A inizio secolo - il "
primo del nuovo millennio" ricorda la retorica dei pennivendoli - la terribile risposta del capitalismo ha spento sul nascere una voglia di cambiamento attraversata dai brividi di un'autentica ribellione. Sorpresa dalla luce di un'alba livida, la fragile impalcatura dei sogni, tuttavia, s'è sfasciata e il risveglio è stato doloroso.
Sono passati anni e, a ben vedere, tra i nostri giorni bui e le speranze di Genova 2001 non ci sono solo i "
democratici" alla Fini installati nella cabina di regia della repressione, il colpo mortale tirato a Carlo Giuliani - ma il bersaglio vero qual era? - la Diaz, Bolzaneto e l'intoccabile De Gennaro. C'è, quantomeno, l'insanguinato stillicidio dei "
testimoni scomodi", i giornalisti e quei fotografi che, per dirla con Josef Koudelka, le foto le "

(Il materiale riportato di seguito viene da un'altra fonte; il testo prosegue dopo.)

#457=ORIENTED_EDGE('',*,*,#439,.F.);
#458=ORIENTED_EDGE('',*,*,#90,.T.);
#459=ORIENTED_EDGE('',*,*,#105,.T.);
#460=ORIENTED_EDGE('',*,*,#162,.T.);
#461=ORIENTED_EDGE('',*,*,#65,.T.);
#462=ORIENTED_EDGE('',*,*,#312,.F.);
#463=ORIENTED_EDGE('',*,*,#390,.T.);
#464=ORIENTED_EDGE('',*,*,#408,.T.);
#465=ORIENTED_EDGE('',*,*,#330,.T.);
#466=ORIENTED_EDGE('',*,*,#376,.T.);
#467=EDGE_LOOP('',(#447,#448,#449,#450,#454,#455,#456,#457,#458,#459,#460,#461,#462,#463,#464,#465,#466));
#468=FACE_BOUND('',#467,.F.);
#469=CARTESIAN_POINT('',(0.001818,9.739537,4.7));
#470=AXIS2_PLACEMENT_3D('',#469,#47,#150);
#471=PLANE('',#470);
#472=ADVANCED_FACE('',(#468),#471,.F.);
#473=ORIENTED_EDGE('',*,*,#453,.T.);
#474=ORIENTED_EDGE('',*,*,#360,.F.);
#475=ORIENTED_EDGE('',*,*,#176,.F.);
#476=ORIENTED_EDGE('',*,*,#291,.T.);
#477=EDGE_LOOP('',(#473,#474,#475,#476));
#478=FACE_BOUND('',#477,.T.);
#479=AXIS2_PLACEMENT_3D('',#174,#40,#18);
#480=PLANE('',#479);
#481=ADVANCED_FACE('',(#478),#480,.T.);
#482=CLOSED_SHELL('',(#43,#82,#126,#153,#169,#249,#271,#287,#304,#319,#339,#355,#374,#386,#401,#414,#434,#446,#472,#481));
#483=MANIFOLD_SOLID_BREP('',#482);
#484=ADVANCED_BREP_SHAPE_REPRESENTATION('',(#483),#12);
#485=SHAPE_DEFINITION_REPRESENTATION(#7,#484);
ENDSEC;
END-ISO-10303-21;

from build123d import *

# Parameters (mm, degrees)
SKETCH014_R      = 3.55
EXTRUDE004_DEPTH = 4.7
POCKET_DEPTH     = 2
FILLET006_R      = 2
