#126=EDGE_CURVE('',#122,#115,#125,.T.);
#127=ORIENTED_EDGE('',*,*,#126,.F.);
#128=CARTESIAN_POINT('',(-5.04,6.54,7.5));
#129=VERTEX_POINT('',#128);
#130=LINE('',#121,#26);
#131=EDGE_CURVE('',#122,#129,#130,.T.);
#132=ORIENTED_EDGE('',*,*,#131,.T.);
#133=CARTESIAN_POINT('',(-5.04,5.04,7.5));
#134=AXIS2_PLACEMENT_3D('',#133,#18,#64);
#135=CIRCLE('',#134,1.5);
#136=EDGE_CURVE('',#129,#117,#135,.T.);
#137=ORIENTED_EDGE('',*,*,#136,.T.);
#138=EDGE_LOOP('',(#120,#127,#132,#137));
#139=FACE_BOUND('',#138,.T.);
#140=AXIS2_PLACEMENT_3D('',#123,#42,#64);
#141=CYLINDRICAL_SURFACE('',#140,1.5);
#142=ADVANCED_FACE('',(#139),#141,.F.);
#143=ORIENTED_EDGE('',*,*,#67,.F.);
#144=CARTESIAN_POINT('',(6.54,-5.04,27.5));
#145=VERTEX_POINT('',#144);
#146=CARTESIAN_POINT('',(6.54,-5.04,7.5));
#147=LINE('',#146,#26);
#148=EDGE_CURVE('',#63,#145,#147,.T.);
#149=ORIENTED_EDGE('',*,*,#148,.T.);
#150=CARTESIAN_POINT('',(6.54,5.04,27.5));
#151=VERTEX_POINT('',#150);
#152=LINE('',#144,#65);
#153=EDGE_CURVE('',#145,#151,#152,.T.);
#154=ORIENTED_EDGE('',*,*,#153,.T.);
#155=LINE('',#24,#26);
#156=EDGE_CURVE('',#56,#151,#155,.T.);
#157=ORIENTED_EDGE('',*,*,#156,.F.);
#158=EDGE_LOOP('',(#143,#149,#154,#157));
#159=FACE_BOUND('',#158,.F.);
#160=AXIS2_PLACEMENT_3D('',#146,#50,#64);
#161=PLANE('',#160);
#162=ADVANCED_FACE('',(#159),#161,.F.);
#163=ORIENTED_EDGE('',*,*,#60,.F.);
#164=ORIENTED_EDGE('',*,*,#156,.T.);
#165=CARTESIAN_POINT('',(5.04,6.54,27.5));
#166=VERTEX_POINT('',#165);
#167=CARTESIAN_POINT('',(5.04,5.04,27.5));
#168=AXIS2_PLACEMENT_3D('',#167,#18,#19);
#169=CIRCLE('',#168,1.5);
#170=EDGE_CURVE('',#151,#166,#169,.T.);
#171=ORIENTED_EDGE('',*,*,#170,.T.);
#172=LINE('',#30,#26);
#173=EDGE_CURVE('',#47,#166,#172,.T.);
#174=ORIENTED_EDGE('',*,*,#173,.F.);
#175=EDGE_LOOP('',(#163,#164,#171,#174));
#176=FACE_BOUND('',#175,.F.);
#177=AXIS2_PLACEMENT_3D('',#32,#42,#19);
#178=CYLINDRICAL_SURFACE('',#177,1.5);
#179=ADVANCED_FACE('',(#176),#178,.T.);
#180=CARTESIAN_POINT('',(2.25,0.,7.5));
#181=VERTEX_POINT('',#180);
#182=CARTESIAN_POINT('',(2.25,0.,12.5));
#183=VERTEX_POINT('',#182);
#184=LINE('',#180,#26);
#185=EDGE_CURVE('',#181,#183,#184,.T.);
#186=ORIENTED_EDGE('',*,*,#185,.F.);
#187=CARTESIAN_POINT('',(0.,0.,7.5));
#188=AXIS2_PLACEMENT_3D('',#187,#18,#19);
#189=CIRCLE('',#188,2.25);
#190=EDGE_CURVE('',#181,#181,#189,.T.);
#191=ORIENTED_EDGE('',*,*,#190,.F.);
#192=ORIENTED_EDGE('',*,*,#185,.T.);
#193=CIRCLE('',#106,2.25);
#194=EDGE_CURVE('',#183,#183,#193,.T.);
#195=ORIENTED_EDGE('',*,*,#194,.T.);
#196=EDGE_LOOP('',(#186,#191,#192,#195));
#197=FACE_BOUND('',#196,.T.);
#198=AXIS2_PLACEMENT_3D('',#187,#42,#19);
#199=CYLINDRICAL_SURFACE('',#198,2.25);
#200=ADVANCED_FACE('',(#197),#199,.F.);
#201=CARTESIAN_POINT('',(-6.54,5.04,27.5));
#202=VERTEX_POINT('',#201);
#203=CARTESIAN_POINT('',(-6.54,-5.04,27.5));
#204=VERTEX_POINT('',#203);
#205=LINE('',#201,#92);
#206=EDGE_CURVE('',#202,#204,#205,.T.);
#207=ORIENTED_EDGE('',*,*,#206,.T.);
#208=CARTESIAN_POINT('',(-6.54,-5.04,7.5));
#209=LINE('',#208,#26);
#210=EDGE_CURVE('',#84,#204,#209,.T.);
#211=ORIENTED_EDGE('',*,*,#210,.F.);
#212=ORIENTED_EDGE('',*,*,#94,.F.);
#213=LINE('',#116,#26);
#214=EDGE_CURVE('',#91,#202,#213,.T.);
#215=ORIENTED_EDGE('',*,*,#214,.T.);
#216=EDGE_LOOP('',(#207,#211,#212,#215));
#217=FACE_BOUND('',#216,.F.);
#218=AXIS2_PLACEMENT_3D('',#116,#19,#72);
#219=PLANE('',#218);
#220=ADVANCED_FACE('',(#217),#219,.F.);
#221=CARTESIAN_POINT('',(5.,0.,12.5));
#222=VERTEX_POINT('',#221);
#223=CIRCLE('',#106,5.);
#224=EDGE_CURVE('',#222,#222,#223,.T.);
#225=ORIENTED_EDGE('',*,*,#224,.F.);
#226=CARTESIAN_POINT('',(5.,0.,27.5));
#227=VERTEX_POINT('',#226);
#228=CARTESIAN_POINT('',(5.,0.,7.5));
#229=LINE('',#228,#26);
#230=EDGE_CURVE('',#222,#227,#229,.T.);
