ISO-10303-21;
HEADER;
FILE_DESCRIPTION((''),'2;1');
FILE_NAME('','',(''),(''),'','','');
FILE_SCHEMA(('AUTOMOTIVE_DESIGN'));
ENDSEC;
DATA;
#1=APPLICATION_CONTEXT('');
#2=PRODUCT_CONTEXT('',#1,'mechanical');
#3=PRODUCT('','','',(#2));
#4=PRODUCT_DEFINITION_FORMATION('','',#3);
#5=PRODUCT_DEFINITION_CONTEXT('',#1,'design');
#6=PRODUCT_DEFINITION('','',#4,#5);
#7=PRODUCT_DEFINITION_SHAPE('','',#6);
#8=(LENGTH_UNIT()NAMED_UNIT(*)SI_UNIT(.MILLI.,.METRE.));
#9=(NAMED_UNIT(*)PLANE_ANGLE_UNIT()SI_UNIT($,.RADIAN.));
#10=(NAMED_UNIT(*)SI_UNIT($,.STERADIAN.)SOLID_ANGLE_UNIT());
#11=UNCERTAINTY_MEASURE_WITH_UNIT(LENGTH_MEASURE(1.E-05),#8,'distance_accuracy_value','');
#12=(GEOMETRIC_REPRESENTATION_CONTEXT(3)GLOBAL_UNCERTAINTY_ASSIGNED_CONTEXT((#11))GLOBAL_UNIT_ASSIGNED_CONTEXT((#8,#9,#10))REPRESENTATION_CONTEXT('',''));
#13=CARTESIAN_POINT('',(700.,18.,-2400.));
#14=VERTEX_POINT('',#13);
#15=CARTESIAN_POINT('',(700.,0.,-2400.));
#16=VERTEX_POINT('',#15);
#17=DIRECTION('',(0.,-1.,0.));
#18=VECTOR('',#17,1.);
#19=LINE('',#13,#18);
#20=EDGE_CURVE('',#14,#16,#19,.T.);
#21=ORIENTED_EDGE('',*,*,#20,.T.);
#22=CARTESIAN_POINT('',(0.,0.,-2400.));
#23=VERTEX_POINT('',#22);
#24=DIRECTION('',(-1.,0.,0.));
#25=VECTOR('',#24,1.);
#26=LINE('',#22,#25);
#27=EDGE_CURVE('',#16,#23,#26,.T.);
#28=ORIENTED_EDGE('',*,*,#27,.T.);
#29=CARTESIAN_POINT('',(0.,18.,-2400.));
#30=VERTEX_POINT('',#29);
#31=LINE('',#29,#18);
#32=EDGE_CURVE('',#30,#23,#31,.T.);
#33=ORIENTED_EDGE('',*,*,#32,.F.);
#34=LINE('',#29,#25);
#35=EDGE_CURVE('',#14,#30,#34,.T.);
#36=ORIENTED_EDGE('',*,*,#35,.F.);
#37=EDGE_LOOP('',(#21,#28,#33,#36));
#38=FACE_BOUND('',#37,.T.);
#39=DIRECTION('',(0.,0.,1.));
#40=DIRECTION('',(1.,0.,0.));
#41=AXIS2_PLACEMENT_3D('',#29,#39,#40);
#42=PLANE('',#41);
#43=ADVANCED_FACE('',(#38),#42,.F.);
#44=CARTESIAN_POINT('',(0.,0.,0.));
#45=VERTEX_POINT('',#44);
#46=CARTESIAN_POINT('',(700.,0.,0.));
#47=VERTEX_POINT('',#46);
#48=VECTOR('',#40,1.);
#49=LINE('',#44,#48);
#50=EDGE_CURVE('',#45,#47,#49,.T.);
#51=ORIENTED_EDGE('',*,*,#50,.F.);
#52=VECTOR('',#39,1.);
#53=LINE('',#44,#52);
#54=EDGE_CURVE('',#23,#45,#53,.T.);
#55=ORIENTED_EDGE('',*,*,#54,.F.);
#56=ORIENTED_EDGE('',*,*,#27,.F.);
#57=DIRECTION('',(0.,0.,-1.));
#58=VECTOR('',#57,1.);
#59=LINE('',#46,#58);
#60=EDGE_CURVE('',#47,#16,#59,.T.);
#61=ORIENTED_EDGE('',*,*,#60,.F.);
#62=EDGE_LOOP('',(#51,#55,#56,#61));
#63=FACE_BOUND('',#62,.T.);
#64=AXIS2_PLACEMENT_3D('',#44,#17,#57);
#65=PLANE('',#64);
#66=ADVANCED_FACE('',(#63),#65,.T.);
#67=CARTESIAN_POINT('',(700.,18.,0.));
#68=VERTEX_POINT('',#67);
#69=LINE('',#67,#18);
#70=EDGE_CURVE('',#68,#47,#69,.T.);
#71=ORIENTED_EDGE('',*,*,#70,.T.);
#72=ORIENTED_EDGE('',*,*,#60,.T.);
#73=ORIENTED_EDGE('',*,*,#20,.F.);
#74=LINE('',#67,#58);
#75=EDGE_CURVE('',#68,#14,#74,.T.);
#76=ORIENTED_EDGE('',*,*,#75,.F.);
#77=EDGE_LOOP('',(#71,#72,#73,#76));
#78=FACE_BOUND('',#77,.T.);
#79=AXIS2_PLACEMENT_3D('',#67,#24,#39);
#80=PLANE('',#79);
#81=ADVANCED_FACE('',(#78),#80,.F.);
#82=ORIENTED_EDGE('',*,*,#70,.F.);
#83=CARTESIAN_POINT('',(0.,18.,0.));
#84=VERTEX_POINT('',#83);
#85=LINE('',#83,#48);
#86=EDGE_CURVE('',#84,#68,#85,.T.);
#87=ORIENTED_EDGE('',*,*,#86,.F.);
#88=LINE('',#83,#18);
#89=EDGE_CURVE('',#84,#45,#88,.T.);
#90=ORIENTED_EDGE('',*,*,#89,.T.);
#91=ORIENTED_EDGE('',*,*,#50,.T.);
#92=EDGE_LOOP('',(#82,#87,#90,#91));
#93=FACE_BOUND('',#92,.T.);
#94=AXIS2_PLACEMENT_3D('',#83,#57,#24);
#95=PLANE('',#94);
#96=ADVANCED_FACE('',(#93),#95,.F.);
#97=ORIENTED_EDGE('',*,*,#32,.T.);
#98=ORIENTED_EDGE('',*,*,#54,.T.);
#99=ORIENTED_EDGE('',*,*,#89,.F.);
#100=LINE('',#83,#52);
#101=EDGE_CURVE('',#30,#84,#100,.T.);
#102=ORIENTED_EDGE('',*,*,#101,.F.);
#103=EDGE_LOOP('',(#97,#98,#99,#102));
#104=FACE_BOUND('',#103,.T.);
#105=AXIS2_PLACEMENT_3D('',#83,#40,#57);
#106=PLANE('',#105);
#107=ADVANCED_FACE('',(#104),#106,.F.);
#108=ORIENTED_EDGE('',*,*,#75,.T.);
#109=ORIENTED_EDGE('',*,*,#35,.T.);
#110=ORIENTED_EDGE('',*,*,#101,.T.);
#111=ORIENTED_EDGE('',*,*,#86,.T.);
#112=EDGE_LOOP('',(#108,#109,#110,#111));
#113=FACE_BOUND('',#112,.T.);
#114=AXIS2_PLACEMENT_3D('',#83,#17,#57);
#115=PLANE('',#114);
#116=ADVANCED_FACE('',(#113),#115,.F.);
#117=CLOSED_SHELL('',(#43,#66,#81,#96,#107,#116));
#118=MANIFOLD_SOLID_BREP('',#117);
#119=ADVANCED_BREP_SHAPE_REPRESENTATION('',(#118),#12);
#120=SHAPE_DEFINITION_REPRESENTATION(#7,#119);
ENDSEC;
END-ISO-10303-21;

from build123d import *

# Parameters (mm, degrees)
SKETCH1_W           = 700
SKETCH1_H           = 2400
BOSS_EXTRUDE1_DEPTH = 18


with BuildPart() as part:
    # Sketch1 → Boss-Extrude1 (new body)
    with BuildSketch(Plane(origin=(0, 0, 0), x_dir=(1, 0, 0), z_dir=(0, 1, 0))):
        with Locations((350, 1200)):
            Rectangle(SKETCH1_W, SKETCH1_H)
    extrude(amount=BOSS_EXTRUDE1_DEPTH)


solid = part.part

fanno coi piedi" perché camminano per chilometri tra mille rischi, e fissano in uno scatto o in una frase le rare verità che giungono ormai nelle nostre case assediate da menzogne di Stato. Chi ricorda Maria Grazia Cutuli? Chi conserva memoria di Baldoni o di Raffaele Ciriello freddato dal mitra d'un carro israeliano?
C'è dell'altro. E di peggio: un sonno pericoloso della ragione.
Se Tremonti, folgorato con Saulo sulla via di Damasco, si riscopre socialista e carezza con la mano destra i 130.000 precari della scuola che con la sinistra va decimando, non ci sono dubbi: questo decennio di secolo presenta finalmente la sua natura vera, doppia e schizofrenica nei tratti dominanti: la costruzione artificiosa del consenso su base mediatica e puramente virtuale e la manipolazione del reale, per cui tutto è vero, ma vero è anche il contrario di tutto.
La distruzione del sistema formativo, che giunge alla fine del decennio, si incarna metaforicamente in un San Precario che illumina il Tremonti tornato "
socialista", ma non sa e non può parlare al Tremonti ministro e non lo induce a rompere col "
terrorismo psicologico" di quella Confindustria che di Genova s'è servita cinicamente per annientare la resistenza dei lavoratori. Non facciamoci illusioni. Non c'è spazio per la speranza e non ci sono dubbi: il lavoro non verrà da questo miserabile "
gioco delle tre carte". Non verrà, perché è chiaro che il precariato e la critica al precariato sono i due rovesci della stessa medaglia: il capitale "
buono", che cerca consensi alimentando i sogni che la politica di classe si incarica di soffocare con l'inaudita violenza scatenata a Genova. E' meglio dirselo: il miliardo di analfabeti che popolano il pianeta, l'infinita sequela di disperati e morti per fame sono un'umanità di scarto, una merce avariata che non ha mercato. Merce, spiegava non a torto Marx, sono per il capitale i lavoratori, i poveri e gli emarginati. E merce sono i precari d'ogni specie, i clandestini, i lavoratori al nero, i disoccupati che formano l'esercito sterminato dei crumiri. Merce e null'altro, che si vende e si compra a tanto al chilo, come gli studenti rapinati della scuola, gli immigrati respinti in un rinnovato Medio Evo, i cristiani lanciati strumentalmente contro i musulmani, mentre i bianchi tornano "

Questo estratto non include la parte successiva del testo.